Of concern for computing, experts are the ability of quantum computers to render some forms of computer encryption effectively useless. Many encryption systems rely on calculations that are simply infeasible for even the world’s most powerful computers. Factoring especially large prime numbers, for example, is effectively impossible with classical computing technology. Quantum computers, on the other hand, could break some of these codes within seconds or even shorter, making it easy for governments or companies to crack data previously thought to be uncrackable. It should be noted that other types of encryption used today are no easier to crack for quantum computers. For those interested in security, however, it’s worth considering which algorithms will become crackable when quantum computers come online.
Even though quantum computing might render some security tools useless, it can also open up a host of new security techniques. By using quantum effects to encrypt data, it may be effectively impossible for classic computers used in the future to break codes on any reasonable timetable. Furthermore, quantum mathematics has yielded potential computer encryption technologies that will be difficult for other quantum computers to break. For the most critical data, quantum computers might be the answer to durable security.
Simulations are at the core of modern technological developments. This field is another case where quantum computers stand to provide tremendous benefits. Thanks to quantum computing, researchers are able to explore problems on a molecular level, which can be prohibitively difficult on traditional computers. Being able to analyze components of a battery, for example, can lead to significant improvements in efficiency and better designs. Even seemingly simple problems, such as analyzing public transportation routes, can be aided by quantum computing principles, helping governments improve service and reduce congestion.
Despite the advantages of quantum computers, even the most optimistic experts believe they might never replace more traditional computer technology. Storing qubits is notoriously difficult, and the cost of running these systems is quite high. Furthermore, the computers we use on a daily basis are typically more than enough for our needs. Although the effects of quantum computing will be significant, it’s better to view it as a complementary technology rather than a replacement technology.

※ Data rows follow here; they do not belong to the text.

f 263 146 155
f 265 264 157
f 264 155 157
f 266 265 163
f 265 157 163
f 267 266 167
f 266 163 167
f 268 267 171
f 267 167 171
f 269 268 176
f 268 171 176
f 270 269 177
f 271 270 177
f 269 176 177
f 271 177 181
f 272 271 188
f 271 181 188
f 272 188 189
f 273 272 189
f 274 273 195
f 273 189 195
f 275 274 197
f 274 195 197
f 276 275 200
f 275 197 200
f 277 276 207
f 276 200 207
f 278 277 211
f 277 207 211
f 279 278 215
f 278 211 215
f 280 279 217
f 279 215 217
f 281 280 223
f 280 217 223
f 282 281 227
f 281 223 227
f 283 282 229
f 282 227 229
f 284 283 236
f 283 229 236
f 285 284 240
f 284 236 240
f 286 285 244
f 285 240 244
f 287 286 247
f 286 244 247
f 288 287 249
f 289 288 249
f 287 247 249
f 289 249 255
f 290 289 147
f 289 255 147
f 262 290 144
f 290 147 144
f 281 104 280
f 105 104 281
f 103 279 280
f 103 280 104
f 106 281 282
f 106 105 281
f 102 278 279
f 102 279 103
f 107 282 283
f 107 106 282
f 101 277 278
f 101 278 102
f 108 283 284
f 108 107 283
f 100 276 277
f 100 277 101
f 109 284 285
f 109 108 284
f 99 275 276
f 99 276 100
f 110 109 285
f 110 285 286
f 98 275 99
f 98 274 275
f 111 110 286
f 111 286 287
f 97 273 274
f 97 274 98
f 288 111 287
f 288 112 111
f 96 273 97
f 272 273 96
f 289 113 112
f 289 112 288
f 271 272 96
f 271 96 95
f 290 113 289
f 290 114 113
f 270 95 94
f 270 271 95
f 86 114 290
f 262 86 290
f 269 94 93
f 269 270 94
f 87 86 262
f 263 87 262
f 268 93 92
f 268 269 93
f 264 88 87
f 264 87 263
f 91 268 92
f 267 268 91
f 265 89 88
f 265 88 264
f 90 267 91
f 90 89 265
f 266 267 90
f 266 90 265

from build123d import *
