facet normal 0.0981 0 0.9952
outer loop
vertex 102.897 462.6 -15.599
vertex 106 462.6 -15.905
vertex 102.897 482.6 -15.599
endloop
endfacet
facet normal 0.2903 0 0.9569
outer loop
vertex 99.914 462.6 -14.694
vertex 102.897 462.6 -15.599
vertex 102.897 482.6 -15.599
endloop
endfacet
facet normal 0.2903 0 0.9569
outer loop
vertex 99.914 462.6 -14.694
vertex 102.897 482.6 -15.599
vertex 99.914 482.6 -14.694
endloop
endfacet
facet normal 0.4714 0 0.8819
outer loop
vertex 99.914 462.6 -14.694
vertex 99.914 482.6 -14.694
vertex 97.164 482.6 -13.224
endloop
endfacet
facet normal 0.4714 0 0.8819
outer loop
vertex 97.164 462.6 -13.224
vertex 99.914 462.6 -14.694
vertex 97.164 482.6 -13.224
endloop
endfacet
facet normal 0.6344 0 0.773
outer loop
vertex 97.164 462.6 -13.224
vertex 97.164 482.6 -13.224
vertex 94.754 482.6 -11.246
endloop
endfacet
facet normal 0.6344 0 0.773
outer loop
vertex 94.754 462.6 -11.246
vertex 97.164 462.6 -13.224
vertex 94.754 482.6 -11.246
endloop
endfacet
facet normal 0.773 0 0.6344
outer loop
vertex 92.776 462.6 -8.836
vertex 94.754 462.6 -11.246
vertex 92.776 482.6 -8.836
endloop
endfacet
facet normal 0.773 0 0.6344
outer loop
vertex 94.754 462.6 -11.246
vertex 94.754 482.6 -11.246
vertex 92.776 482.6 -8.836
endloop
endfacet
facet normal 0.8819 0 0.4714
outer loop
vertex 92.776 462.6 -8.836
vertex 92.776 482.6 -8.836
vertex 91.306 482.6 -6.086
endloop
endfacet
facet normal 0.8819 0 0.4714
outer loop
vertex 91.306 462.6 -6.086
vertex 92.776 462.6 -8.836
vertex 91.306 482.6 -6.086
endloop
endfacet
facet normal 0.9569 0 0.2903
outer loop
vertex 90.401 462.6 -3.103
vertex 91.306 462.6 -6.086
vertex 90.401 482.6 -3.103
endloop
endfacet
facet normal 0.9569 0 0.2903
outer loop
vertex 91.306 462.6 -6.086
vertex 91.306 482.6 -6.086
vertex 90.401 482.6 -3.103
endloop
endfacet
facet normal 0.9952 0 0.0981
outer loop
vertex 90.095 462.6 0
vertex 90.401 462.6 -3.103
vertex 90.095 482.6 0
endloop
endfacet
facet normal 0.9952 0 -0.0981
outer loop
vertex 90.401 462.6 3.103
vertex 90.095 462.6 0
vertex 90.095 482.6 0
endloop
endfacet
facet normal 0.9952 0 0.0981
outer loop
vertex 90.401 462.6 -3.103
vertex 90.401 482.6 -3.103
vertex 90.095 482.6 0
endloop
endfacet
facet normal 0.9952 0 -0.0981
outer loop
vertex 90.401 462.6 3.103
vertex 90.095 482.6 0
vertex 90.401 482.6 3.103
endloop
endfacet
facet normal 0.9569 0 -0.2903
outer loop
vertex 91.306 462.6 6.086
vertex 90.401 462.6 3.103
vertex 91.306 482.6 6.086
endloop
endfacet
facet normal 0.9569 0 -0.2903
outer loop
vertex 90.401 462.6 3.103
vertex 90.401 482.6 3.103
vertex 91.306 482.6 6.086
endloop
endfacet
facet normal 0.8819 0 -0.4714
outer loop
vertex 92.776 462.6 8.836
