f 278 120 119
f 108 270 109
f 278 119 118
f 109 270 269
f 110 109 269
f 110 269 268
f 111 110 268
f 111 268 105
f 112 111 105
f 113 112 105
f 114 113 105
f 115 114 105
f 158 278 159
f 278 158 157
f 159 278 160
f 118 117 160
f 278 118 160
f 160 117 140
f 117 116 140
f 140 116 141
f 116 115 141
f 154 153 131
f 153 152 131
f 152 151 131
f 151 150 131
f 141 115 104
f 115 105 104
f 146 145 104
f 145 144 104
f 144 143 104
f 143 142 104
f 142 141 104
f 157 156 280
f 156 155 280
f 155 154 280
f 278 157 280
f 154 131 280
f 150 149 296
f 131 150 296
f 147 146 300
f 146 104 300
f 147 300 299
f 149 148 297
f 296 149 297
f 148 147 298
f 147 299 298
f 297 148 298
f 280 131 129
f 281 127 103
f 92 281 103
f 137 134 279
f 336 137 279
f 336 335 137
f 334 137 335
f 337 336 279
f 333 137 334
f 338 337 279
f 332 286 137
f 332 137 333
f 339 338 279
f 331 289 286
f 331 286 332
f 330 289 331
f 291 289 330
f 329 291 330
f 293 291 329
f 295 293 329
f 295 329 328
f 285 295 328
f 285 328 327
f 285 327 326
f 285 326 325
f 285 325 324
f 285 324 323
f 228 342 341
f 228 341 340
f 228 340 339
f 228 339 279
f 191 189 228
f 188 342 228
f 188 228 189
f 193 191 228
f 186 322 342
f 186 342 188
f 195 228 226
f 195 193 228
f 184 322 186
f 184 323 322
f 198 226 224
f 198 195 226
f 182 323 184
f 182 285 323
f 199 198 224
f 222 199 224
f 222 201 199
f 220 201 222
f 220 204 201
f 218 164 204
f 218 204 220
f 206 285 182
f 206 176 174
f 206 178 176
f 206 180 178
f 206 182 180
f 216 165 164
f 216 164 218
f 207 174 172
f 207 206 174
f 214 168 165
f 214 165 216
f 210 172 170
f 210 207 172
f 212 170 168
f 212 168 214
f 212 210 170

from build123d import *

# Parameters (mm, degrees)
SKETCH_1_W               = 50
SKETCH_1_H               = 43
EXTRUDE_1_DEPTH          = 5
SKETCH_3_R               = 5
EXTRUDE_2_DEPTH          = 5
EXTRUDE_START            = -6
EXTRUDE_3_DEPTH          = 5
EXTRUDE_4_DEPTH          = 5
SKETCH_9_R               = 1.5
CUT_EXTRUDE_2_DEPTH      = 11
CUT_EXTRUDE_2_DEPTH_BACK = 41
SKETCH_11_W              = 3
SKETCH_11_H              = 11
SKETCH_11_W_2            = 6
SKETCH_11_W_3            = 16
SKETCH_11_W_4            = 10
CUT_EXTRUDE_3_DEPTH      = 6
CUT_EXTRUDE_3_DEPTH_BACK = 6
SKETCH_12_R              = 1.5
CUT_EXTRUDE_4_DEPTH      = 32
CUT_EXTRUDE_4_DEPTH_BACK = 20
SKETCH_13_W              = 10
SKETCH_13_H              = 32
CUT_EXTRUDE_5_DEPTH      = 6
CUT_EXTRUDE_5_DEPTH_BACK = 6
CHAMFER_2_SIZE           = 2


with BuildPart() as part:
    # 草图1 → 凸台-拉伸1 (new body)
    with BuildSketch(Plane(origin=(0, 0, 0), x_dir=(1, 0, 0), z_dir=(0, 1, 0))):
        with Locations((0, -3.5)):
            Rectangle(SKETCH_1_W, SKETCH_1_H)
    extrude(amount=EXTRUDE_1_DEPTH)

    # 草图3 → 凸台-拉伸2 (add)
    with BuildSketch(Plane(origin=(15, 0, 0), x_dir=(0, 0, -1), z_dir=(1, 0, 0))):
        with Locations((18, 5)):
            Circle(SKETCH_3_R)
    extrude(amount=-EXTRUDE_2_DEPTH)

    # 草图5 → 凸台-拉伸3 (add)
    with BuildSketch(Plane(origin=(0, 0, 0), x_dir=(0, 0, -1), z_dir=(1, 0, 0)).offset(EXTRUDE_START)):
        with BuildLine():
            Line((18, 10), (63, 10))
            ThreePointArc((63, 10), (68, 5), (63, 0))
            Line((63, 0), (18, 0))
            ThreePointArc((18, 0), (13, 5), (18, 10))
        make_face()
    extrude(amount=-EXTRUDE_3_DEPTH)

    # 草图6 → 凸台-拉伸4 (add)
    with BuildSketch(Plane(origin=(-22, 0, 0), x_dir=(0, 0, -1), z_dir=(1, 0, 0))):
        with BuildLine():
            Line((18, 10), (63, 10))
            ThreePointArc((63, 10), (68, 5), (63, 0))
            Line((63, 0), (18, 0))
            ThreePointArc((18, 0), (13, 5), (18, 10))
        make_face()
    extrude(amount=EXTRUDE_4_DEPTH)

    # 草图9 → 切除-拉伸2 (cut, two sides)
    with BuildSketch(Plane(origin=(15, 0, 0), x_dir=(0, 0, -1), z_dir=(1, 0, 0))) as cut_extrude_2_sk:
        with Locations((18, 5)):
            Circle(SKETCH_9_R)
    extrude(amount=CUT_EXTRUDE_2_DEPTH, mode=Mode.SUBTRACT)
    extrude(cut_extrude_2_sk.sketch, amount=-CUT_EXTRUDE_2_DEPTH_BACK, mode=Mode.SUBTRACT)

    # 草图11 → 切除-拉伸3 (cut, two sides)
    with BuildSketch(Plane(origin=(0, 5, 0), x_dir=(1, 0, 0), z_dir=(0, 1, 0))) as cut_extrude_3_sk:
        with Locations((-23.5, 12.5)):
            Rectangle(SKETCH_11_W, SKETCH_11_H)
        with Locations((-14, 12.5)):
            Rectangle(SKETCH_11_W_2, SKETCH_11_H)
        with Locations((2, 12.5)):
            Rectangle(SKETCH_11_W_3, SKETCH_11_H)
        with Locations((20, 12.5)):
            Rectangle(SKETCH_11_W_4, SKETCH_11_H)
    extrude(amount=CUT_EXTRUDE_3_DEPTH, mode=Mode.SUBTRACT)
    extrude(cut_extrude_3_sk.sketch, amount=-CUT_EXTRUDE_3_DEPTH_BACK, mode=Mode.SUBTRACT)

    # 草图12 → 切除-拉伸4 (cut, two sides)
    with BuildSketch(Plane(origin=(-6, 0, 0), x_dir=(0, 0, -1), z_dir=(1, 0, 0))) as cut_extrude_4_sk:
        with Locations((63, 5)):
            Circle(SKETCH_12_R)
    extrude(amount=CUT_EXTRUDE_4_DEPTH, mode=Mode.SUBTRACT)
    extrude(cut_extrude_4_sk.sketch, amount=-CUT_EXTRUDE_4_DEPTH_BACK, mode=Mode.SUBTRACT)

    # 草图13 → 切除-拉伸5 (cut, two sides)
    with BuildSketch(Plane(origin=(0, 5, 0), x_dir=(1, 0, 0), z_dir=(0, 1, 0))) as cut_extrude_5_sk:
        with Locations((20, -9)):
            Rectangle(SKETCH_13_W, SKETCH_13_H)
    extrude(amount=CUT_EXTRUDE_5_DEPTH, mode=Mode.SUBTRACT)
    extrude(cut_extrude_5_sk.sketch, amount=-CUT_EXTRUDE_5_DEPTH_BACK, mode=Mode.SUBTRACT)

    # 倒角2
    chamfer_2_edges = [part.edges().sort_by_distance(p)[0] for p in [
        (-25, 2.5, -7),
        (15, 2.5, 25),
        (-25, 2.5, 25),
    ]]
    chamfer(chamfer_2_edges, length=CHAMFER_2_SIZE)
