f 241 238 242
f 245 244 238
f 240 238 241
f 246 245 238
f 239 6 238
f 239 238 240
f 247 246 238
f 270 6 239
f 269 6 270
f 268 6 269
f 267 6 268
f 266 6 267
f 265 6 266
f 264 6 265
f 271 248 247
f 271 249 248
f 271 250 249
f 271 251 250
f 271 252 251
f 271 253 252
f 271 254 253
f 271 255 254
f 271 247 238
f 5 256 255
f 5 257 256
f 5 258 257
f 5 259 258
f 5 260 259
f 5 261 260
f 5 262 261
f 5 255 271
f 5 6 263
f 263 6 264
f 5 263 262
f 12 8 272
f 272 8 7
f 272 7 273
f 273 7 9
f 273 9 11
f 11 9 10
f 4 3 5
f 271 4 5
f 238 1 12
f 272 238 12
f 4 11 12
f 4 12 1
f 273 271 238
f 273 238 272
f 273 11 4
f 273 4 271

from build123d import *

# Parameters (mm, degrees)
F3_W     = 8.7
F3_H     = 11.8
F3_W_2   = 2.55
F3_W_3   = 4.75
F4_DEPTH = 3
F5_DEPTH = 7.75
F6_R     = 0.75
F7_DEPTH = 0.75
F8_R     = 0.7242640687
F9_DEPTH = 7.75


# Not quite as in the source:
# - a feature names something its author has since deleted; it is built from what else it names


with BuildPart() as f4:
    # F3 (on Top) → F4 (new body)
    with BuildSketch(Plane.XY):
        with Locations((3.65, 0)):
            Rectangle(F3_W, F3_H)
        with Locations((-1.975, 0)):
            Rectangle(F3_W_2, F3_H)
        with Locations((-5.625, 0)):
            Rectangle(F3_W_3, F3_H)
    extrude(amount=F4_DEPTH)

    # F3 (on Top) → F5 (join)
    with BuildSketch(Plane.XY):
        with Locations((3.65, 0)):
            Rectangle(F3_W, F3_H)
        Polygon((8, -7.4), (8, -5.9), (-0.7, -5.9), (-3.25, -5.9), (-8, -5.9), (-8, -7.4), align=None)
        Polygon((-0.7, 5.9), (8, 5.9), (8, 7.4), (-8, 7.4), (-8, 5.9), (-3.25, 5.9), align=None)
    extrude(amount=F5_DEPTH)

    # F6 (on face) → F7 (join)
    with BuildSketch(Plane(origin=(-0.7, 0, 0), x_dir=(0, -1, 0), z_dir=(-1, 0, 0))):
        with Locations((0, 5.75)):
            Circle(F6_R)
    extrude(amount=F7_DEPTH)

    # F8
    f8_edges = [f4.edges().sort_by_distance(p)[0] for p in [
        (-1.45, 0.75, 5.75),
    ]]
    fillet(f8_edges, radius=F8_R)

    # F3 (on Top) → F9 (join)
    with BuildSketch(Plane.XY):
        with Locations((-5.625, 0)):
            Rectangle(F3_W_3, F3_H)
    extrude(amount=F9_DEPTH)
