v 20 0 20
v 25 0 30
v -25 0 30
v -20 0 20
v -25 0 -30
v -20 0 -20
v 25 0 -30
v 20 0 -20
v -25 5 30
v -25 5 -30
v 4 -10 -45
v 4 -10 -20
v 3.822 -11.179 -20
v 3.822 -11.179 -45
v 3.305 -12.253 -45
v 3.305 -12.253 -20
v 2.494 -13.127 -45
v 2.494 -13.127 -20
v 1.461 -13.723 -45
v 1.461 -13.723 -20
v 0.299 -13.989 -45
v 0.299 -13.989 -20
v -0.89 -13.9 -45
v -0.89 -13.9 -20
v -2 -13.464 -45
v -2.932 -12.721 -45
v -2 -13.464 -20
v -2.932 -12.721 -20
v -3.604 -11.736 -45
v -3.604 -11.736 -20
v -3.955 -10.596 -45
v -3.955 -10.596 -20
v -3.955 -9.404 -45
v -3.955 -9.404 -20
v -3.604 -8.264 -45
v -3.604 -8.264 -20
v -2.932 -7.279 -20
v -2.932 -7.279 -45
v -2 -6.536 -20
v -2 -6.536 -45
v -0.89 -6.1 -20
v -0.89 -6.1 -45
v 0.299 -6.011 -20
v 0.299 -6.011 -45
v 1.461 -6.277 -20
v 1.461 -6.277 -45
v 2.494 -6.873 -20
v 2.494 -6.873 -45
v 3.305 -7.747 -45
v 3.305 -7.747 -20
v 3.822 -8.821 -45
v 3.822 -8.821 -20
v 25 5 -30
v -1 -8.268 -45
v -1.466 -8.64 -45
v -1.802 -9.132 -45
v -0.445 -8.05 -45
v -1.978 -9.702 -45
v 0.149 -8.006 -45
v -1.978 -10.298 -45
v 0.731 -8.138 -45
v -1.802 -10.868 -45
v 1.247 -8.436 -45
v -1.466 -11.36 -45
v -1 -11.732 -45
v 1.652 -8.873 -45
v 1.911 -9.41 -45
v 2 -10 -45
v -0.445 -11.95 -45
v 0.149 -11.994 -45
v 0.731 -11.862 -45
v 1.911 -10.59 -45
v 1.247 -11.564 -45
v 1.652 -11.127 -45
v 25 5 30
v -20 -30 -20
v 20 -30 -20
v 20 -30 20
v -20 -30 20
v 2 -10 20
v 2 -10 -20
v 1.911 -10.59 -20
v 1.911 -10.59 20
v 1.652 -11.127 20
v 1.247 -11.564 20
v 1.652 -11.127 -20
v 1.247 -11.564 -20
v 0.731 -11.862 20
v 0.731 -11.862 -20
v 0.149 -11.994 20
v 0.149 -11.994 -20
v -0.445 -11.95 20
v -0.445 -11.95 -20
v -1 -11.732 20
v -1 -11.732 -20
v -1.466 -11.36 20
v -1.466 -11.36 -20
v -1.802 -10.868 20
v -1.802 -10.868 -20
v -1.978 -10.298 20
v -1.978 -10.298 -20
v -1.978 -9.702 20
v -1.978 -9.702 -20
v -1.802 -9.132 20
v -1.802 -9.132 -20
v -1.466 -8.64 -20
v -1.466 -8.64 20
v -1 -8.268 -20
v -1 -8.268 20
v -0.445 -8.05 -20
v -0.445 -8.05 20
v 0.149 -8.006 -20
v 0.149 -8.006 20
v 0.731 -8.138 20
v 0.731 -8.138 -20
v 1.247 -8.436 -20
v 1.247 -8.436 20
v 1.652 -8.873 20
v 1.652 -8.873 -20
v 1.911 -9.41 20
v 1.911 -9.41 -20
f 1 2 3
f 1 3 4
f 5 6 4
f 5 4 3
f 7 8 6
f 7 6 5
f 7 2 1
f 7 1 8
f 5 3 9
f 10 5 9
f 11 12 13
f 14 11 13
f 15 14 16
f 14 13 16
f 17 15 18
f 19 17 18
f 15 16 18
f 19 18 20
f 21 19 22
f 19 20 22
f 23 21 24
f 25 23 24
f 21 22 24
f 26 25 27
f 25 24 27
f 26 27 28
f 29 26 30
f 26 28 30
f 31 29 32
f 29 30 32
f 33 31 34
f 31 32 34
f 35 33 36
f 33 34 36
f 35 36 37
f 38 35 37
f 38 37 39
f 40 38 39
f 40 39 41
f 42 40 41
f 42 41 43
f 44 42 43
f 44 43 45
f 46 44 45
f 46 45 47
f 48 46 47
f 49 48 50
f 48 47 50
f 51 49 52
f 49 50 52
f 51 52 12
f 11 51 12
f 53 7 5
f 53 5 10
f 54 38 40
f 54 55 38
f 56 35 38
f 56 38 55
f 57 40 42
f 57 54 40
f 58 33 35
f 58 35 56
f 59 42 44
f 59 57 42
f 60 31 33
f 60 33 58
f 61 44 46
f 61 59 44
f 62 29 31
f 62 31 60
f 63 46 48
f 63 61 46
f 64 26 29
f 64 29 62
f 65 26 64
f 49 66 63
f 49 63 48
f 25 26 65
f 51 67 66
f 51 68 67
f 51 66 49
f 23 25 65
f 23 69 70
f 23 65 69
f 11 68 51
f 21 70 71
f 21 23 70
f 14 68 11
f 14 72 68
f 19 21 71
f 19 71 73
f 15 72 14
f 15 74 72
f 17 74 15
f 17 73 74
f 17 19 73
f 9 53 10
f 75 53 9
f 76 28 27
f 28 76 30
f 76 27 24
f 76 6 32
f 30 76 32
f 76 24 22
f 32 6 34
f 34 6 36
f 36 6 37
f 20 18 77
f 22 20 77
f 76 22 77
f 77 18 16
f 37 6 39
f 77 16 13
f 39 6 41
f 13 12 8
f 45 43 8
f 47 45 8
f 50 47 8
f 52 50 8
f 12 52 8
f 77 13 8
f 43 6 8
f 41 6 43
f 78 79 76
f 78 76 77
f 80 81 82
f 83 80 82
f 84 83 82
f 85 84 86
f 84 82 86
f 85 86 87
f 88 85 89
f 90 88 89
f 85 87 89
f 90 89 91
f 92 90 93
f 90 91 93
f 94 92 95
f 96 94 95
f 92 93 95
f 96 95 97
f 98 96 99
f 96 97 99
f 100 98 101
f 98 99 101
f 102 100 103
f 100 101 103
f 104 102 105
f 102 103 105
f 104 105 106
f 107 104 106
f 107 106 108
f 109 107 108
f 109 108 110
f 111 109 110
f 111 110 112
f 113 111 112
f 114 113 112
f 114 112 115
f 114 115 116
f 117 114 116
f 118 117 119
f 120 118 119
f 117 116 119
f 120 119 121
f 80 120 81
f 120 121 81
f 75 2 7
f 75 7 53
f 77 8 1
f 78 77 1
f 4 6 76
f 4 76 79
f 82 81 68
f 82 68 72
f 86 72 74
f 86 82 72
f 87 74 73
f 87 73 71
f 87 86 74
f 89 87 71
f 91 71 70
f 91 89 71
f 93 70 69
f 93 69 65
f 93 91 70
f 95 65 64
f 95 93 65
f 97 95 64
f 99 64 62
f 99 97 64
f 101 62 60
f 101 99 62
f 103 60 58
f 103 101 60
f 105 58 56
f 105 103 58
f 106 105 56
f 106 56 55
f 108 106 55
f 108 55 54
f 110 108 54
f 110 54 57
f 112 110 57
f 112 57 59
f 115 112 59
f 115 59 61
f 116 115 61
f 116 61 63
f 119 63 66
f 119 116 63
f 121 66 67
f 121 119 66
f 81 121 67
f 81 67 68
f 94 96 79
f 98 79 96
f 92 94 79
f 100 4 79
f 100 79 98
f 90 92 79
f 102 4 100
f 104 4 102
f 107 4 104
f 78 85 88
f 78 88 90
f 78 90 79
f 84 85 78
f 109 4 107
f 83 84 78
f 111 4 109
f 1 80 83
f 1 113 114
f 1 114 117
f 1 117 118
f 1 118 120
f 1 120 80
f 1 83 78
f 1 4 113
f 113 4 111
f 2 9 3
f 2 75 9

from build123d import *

# Parameters (mm, degrees)
F0_W     = 40
F0_H     = 40
F1_DEPTH = 30
F2_R     = 4
F2_R_2   = 2
F3_DEPTH = 25
F4_DEPTH = 40
F6_DEPTH = 25


with BuildPart() as f1:
    # F0 (on Front) → F1 (new body)
    with BuildSketch(Plane.XZ):
        Rectangle(F0_W, F0_H)
    extrude(amount=F1_DEPTH)

    # F2 (on face) → F3 (join)
    with BuildSketch(Plane(origin=(0, 0, -20), x_dir=(1, 0, 0), z_dir=(0, 0, -1))):
        with Locations((0, 10)):
            Circle(F2_R)
        with Locations((0, 10)):
            Circle(F2_R_2, mode=Mode.SUBTRACT)
    extrude(amount=F3_DEPTH)

    # F4 (cut): a face of the model
    f4_faces = [f1.faces().sort_by_distance(p)[0] for p in [
        (0, -10, -20),
    ]]
    extrude(f4_faces, amount=-F4_DEPTH, mode=Mode.SUBTRACT)

    # F5 (on Right) → F6 (join, symmetric)
    with BuildSketch(Plane.YZ):
        Polygon((0, 30), (0, 0), (0, -30), (5, -30), (5, 30), align=None)
    extrude(amount=F6_DEPTH, both=True)


solid = f1.part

Although we may be unlikely to rely on quantum computers for our desktops, there is one field where the technology might have an impact on our lives: searching. Various algorithms, including Grover’s algorithm from 1996, promise to make searching for certain types of information far faster than traditional techniques seem able to offer. Because searching and retrieving data is such a critical component of computing, these algorithms might make a host of computer problems far more efficient than they are today. Since searching is frequently done on remote servers, it’s possible that these advantages will make online computing faster in the foreseeable future.
Quantum computing is difficult to comprehend, even for people working in the field. However, the science it’s based on is sound, and there have been compelling demonstrations produced over the years showing that the field has tremendous potential. Although we’re unlikely to see quantum computers in the home, don’t be surprised if quantum computing has an effect on your life at some point in the future.